Suddenly, Future bursts to life, racing over to dim the lights. He disappears into the recording booth: “I was just going back in time. We’re doing that interview with Rolling Stone, you feel me?” His voice is a flickering line on a screen, going through what the engineer wagers is the Auto-Tune setting from his last session. Future starts singing a sticky melody culled from something he said just moments ago: “rock-star mentality.” To quote one of his hit singles: “Voila, magic.”
He pops in and out of the studio, passing the blunt to Esco, building the song, line by line, without having written anything down. Bars start out as strings of improvised gibberish in his unmistakable melody – think Paul McCartney yielding “Yesterday” from “scrambled eggs.” Future sings to the track until they emerge as words. “I told ’em I ain’t the average rapper/They don’t understand.” The anguish in his voice is palpable. His line, “You can’t imagine what I’ve been through, I’m just living my life” is too many syllables. He changes it to “I’m sharing my life.” Words that had peppered our conversation – “finessing,” “O.G.” – start to appear. “I do nothing but let the track talk,” he explains later. “I let it talk to me.” It’s easy to see how this can go for 20 hours.

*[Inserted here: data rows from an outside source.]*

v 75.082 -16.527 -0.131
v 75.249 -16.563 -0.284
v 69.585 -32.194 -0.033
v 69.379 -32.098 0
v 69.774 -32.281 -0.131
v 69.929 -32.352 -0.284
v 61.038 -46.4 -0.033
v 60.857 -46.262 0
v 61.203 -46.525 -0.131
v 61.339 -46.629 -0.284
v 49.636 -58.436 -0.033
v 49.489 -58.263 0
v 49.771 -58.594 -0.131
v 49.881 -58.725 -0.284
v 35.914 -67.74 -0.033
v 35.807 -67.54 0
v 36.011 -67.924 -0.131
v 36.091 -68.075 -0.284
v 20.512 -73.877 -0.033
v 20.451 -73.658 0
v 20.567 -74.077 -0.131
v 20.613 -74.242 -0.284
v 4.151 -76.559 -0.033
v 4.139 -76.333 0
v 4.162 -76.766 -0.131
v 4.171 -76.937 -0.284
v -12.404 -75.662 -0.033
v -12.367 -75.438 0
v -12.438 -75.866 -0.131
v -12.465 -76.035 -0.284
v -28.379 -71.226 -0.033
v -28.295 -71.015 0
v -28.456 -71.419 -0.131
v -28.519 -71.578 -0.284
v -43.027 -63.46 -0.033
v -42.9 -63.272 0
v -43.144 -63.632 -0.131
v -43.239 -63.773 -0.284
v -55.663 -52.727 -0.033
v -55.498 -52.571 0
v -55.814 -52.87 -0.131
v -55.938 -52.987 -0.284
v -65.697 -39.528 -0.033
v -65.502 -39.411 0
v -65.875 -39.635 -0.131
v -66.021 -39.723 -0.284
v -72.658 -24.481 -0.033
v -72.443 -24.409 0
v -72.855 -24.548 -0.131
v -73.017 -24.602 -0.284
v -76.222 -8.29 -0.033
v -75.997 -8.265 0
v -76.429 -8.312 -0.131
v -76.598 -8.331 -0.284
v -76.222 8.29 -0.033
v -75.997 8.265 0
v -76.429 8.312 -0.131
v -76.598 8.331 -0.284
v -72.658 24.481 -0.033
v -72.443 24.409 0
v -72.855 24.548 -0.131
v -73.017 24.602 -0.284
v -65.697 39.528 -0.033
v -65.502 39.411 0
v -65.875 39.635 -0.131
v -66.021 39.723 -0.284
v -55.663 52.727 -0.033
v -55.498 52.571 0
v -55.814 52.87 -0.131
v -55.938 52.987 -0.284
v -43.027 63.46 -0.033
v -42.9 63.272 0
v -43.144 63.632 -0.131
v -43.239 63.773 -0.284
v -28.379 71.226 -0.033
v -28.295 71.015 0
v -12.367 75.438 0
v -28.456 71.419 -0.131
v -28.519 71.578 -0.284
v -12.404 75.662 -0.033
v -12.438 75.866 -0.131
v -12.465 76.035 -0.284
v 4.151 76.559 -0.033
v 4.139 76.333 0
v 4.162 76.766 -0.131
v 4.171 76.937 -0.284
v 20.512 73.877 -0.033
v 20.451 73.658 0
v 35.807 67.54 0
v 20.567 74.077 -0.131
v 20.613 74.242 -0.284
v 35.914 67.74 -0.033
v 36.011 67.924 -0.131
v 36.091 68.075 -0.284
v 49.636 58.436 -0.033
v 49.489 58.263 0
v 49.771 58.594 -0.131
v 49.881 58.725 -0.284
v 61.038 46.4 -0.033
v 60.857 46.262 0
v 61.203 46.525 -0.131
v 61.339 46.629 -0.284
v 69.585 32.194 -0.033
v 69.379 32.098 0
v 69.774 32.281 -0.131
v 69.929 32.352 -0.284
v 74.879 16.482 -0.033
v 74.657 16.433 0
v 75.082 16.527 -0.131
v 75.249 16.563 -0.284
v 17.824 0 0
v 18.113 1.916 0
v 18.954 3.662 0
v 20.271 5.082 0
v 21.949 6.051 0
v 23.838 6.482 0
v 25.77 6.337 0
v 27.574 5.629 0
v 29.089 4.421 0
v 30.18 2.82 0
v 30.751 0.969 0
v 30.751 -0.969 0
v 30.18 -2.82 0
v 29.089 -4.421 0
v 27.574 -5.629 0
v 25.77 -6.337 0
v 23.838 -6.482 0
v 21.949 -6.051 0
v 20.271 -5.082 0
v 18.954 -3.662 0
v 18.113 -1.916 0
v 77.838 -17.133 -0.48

Future says the reclusive, studio-bound, workaholic ethic that drove him off the streets and into stardom began, in earnest, in 2010. “One year I was like, man whatever I did last year, I ain’t gonna do this year… It’s 2011, I went to the studio every day. I was like, no matter what I’m gonna do, if I go all the way broke, I’m still gonna go to the studio. Every day. I ain’t touching nothing, I ain’t doing nothing, nigga aint finna do nothing,” he says.
“One day I just woke up and I ain’t want the same thing. Like I don’t know what snaps in your mind, because, shit I wasn’t the same person. It was a fucking miracle!” Mixtapes began to pour out. When Future co-wrote and performed “Racks” on the debut tape of Georgia rapper YC, it built into a gold-certified smash. Future became one of rap’s most recognizable voices.
The day after his studio-hopping, Future is being chauffeured down Melrose Ave. in a black Cadillac Escalade ESV that smells like weed, not candles. In the approximately ten steps he takes between the car and the front door of high-end, cool-hunting clothing store Union, you could hear a kid say, shocked, “That’s Future!” He’s running late to lunch at Phillipe Chow and starts to backseat drive. “We done went in traffic,” he grouses. We found traffic. ‘There go some traffic, let’s turn in there.'” Visibly annoyed, Future is a completely different person from the mellow, heavy-lidded crooner chilling at Larrabee for hours. “I told you, I don’t like coming out of the studio,” Future says. On a stop at Neiman Marcus, he doesn’t even get out of the car.
It’s a lucky break, then, that our final stop is a recording studio, specifically Glenwood Studios in Burbank. “All I’m thinking about is music right now,” says Future, who got engaged to Ciara in October of last year and has a baby on the way, in addition to his three children from previous relationships. “I miss my kids every day, and I’m trying to think about making that sacrifice for them.” With Honest mostly finished, it’s hard to know where the music Future is recording today will end up. The engineer begins playing something he was working on last night: “I had my mind made up/I gave the crime game up/I wish all this shit was made up.”
Future says he can rap more openly about the pain of street life these days because he’s farther away from it. “Y’all know they gonna give me a Oscar when all this shit over with, watch,” he says. “They gonna be like, ‘Now how did a rapper get the Oscar and wasn’t in the movies?'” He explains, with a matter-of-fact chuckle, “‘Cause his life was actually a movie.”